Young Engineers Public Speaking Competition!
The other night (Tuesday I think) I entered a public speaking competition at uni for Young Engineers Australia. A sub-bit of IEAUST, the professional orgnisation for Engineers in Australia. The main idea of entering was due to the fact that I needed the money. As a poor uni student, the idea of making a little money by getting up in front of some people and giving a little song and dance on a subject wasn't too daunting. So, for completion's sake, I have decided to stick it up on here. It is basically about the need for my vacation positions. Not a fantastic or world changing topic (by itself of course!) but the whole idea was to rip into something that you know about and to entertain the audience. A warm up for what engineers should be doing in industry. Well, I don't know if the Dean was too happy with my opening joke, but it prooves the point. Here it is:
PS... The slide show that went with this, really helps to emphasise some bits, so sorry if you miss some of the ideas because I can't post that with it!
The Accounting graduate asks, "How much will it cost?"
The Science graduate asks, "Why does it work?"
The Engineering graduate asks, "How does it work?"
And the Arts graduate asks, "Do you want fries with that?"
Its funny and very stereotypical, but is it time to stop and ask ourselves, are these afore mentioned “real” degrees in danger of producing graduates that fit into the latter category?
Good evening Ladies and Gentlemen, my name is Kirsty Last and I am an engineer.
Or at least I am trying to be. I currently study Mechanical Engineering at the University of Wollongong, and whilst undertaking this degree I have had to ask myself and my industry some pretty hard questions..
Why you may ask?
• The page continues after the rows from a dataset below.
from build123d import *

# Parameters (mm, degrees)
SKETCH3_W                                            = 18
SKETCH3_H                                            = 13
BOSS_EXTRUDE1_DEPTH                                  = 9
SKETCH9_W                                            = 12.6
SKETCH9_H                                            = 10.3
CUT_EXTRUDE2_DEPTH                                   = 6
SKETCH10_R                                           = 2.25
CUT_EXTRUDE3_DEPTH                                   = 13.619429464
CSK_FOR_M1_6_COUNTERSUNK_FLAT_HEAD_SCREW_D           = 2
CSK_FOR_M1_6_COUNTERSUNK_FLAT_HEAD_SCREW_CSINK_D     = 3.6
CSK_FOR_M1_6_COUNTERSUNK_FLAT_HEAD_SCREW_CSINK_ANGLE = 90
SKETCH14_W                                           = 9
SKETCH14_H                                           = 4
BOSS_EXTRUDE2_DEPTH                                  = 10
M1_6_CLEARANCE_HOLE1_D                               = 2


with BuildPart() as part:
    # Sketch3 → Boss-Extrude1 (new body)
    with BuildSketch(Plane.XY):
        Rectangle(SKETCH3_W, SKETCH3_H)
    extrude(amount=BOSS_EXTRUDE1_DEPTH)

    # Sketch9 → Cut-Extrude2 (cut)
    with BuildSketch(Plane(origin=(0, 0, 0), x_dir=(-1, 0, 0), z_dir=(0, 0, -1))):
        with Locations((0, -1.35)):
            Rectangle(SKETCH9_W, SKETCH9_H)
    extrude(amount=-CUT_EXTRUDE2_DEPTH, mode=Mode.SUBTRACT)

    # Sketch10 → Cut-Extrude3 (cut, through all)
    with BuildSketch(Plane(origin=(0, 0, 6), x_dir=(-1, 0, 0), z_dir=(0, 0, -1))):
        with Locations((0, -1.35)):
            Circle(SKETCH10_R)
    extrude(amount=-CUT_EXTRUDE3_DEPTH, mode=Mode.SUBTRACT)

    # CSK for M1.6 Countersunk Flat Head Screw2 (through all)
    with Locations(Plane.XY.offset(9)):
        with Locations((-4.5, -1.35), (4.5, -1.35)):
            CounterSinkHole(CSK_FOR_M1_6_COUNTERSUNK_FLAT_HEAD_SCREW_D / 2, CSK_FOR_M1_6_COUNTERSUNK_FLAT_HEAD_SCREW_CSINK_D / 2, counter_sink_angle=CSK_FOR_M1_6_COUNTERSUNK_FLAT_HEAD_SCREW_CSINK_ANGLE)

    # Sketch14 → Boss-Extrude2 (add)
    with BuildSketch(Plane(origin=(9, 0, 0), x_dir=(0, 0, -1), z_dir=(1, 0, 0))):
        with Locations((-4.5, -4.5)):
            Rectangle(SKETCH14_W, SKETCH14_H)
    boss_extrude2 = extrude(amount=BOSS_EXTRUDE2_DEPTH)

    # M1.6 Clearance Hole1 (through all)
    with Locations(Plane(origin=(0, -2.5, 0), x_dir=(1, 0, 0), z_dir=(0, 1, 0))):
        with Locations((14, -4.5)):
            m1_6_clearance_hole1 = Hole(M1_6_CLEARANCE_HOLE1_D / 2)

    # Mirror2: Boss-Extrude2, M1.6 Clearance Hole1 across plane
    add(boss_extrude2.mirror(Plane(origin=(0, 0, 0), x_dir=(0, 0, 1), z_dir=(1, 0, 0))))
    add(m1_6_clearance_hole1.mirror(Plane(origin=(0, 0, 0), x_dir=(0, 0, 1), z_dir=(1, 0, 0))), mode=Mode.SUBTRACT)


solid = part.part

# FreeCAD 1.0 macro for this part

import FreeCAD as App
import Part
import Sketcher


def add_polygon(sketch, points):
    """Adds a closed chain of lines whose ends are joined by coincident constraints."""
    first, n = sketch.GeometryCount, len(points)
    for a, b in zip(points, points[1:] + points[:1]):
        sketch.addGeometry(Part.LineSegment(App.Vector(*a, 0), App.Vector(*b, 0)), False)
    for i in range(n):
        sketch.addConstraint(Sketcher.Constraint("Coincident", first + i, 2, first + (i + 1) % n, 1))

doc = App.newDocument("Part")
params = doc.addObject("Spreadsheet::Sheet", "Params")
for row, (alias, value) in enumerate([
    ("sketch1_width", "18 mm"),
    ("sketch1_height", "13 mm"),
    ("pad1_length", "9 mm"),
    ("sketch2_width", "12.6 mm"),
    ("sketch2_height", "10.3 mm"),
    ("pocket1_length", "6 mm"),
    ("sketch3_diameter", "4.5 mm"),
    ("sketch4_diameter", "2 mm"),
    ("hole_diameter", "2 mm"),
    ("hole_csink_diameter", "3.6 mm"),
    ("sketch5_width", "4 mm"),
    ("sketch5_height", "9 mm"),
    ("pad2_length", "10 mm"),
    ("sketch6_diameter", "2 mm"),
    ("hole2_diameter", "2 mm"),
], start=1):
    params.set(f"A{row}", alias)
    params.set(f"B{row}", "=" + value)
    params.setAlias(f"B{row}", alias)

body = doc.addObject("PartDesign::Body", "Body")

# Sketch on XY plane
sketch1 = body.newObject("Sketcher::SketchObject", "Sketch")
sketch1.AttachmentSupport = (doc.getObject("XY_Plane"), [""])
sketch1.MapMode = "FlatFace"
add_polygon(sketch1, [(-9, 6.5), (-9, -6.5), (9, -6.5), (9, 6.5)])  # lines 0-3
sketch1.addConstraint([
    Sketcher.Constraint("Vertical", 0),
    Sketcher.Constraint("Horizontal", 1),
    Sketcher.Constraint("Vertical", 2),
    Sketcher.Constraint("Horizontal", 3),
    Sketcher.Constraint("Symmetric", 0, 2, 2, 2, -1, 1),
    Sketcher.Constraint("DistanceX", 1, 1, 1, 2, 18.0),
    Sketcher.Constraint("DistanceY", 0, 2, 0, 1, 13.0),
])
sketch1.setExpression("Constraints[9]", "Params.sketch1_width")
sketch1.setExpression("Constraints[10]", "Params.sketch1_height")
pad1 = body.newObject("PartDesign::Pad", "Pad")
pad1.Profile = sketch1
pad1.setExpression("Length", "Params.pad1_length")

# Sketch on XY plane
sketch2 = body.newObject("Sketcher::SketchObject", "Sketch001")
sketch2.AttachmentSupport = (doc.getObject("XY_Plane"), [""])
sketch2.MapMode = "FlatFace"
add_polygon(sketch2, [(6.3, 3.8), (6.3, -6.5), (-6.3, -6.5), (-6.3, 3.8)])  # lines 0-3
sketch2.addConstraint([
    Sketcher.Constraint("Vertical", 0),
    Sketcher.Constraint("Horizontal", 1),
    Sketcher.Constraint("Vertical", 2),
    Sketcher.Constraint("Horizontal", 3),
    Sketcher.Constraint("DistanceX", 1, 2, 1, 1, 12.6),
    Sketcher.Constraint("DistanceY", 0, 2, 0, 1, 10.3),
    Sketcher.Constraint("DistanceX", -1, 1, 0, 2, 6.3),
    Sketcher.Constraint("DistanceY", 0, 2, -1, 1, 6.5),
])
sketch2.setExpression("Constraints[8]", "Params.sketch2_width")
sketch2.setExpression("Constraints[9]", "Params.sketch2_height")
pocket1 = body.newObject("PartDesign::Pocket", "Pocket")
pocket1.Profile = sketch2
pocket1.setExpression("Length", "Params.pocket1_length")
pocket1.Reversed = True

# Sketch on XY plane
sketch3 = body.newObject("Sketcher::SketchObject", "Sketch002")
sketch3.AttachmentSupport = (doc.getObject("XY_Plane"), [""])
sketch3.MapMode = "FlatFace"
sketch3.AttachmentOffset = App.Placement(App.Vector(0, 0, 6), App.Rotation())
sketch3.addGeometry(Part.Circle(App.Vector(0, -1.35, 0), App.Vector(0, 0, 1), 2.25), False)
sketch3.addConstraint([
    Sketcher.Constraint("PointOnObject", 0, 3, -2),
    Sketcher.Constraint("Diameter", 0, 4.5),
    Sketcher.Constraint("DistanceY", 0, 3, -1, 1, 1.35),
])
sketch3.setExpression("Constraints[1]", "Params.sketch3_diameter")
pocket2 = body.newObject("PartDesign::Pocket", "Pocket001")
pocket2.Profile = sketch3
pocket2.Type = "ThroughAll"
pocket2.Reversed = True

# Sketch on XY plane
sketch4 = body.newObject("Sketcher::SketchObject", "Sketch003")
sketch4.AttachmentSupport = (doc.getObject("XY_Plane"), [""])
sketch4.MapMode = "FlatFace"
sketch4.AttachmentOffset = App.Placement(App.Vector(0, 0, 9), App.Rotation())
sketch4.addGeometry([
    Part.Circle(App.Vector(-4.5, -1.35, 0), App.Vector(0, 0, 1), 1),
    Part.Circle(App.Vector(4.5, -1.35, 0), App.Vector(0, 0, 1), 1),
], False)
sketch4.addConstraint([
    Sketcher.Constraint("Equal", 0, 1),
    Sketcher.Constraint("Symmetric", 0, 3, 1, 3, -2),
    Sketcher.Constraint("Diameter", 0, 2.0),
    Sketcher.Constraint("DistanceX", 0, 3, 1, 3, 9.0),
    Sketcher.Constraint("DistanceY", 0, 3, -1, 1, 1.35),
])
sketch4.setExpression("Constraints[2]", "Params.sketch4_diameter")
doc.recompute()
hole = body.newObject("PartDesign::Hole", "Hole")
hole.Profile = sketch4
hole.ThreadType = "None"
hole.setExpression("Diameter", "Params.hole_diameter")
hole.DepthType = "ThroughAll"
hole.HoleCutType = "Countersink"
hole.setExpression("HoleCutDiameter", "Params.hole_csink_diameter")
hole.HoleCutCountersinkAngle = 90

# Sketch on YZ plane
sketch5 = body.newObject("Sketcher::SketchObject", "Sketch004")
sketch5.AttachmentSupport = (doc.getObject("YZ_Plane"), [""])
sketch5.MapMode = "FlatFace"
sketch5.AttachmentOffset = App.Placement(App.Vector(0, 0, 9), App.Rotation())
add_polygon(sketch5, [(-2.5, 9), (-6.5, 9), (-6.5, 0), (-2.5, 0)])  # lines 0-3
sketch5.addConstraint([
    Sketcher.Constraint("Horizontal", 0),
    Sketcher.Constraint("Vertical", 1),
    Sketcher.Constraint("Horizontal", 2),
    Sketcher.Constraint("Vertical", 3),
    Sketcher.Constraint("PointOnObject", 1, 2, -1),
    Sketcher.Constraint("DistanceX", 0, 2, 0, 1, 4.0),
    Sketcher.Constraint("DistanceY", 1, 2, 1, 1, 9.0),
    Sketcher.Constraint("DistanceX", 0, 2, -1, 1, 6.5),
])
sketch5.setExpression("Constraints[9]", "Params.sketch5_width")
sketch5.setExpression("Constraints[10]", "Params.sketch5_height")
pad2 = body.newObject("PartDesign::Pad", "Pad001")
pad2.Profile = sketch5
pad2.setExpression("Length", "Params.pad2_length")

# Sketch on XZ plane
sketch6 = body.newObject("Sketcher::SketchObject", "Sketch005")
sketch6.AttachmentSupport = (doc.getObject("XZ_Plane"), [""])
sketch6.MapMode = "FlatFace"
sketch6.AttachmentOffset = App.Placement(App.Vector(0, 0, 2.5), App.Rotation())
sketch6.addGeometry(Part.Circle(App.Vector(14, 4.5, 0), App.Vector(0, 0, 1), 1), False)
sketch6.addConstraint([
    Sketcher.Constraint("Diameter", 0, 2.0),
    Sketcher.Constraint("DistanceX", -1, 1, 0, 3, 14.0),
    Sketcher.Constraint("DistanceY", -1, 1, 0, 3, 4.5),
])
sketch6.setExpression("Constraints[0]", "Params.sketch6_diameter")
doc.recompute()
hole2 = body.newObject("PartDesign::Hole", "Hole001")
hole2.Profile = sketch6
hole2.ThreadType = "None"
hole2.setExpression("Diameter", "Params.hole2_diameter")
hole2.DepthType = "ThroughAll"
hole2.Reversed = True
doc.recompute()

mirrored = body.newObject("PartDesign::Mirrored", "Mirrored")
mirrored.Originals = [pad2, hole2]
mirrored.MirrorPlane = (doc.getObject("YZ_Plane"), [""])
body.Tip = mirrored

doc.recompute()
Well, I better start at the very beginning.
Dictionary.com defines an engineer as: “One who is trained or professionally engaged in a branch of engineering, who uses scientific knowledge to solve practical problems.” It was found to be synonymous with the words “Mastermind, direct, organise and orchestrate.”
Whilst your average engineering student may reply that they are the best drinkers of the academia community, they are undeniably the movers and shakers of the world’s industries.
Today, engineering educators list the profession’s biggest threats for the future as a downturn in engineering enrolments. As a student who went through the long and arduous process of finding a way into University, I would beg to differ. I pose that the greater threat to the profession today is actually the missing link. Not attracting kids to enrol, but finding a way to build them up and provide them with the necessary experiences they need to find their way in the wide and varied fields of Engineering.
The basic way one becomes an engineer today is to rock up to your nearest University and beg and barter your way in. Once in you undertake some sort of basic introduction to the sciences and maths. You are then given the opportunity to customise your education to your wants through the selection of elective subjects. With all this reading, writing and arithmetic well under way, the University decides it is high time to take your first steps in industry. So, over one of your summer holiday periods they promptly chuck you out the door and tell you to get a job.
It sounds like the logical path for the engineer to take, but looking closely at the method, makes one wonder if it really is all it is cracked up to be.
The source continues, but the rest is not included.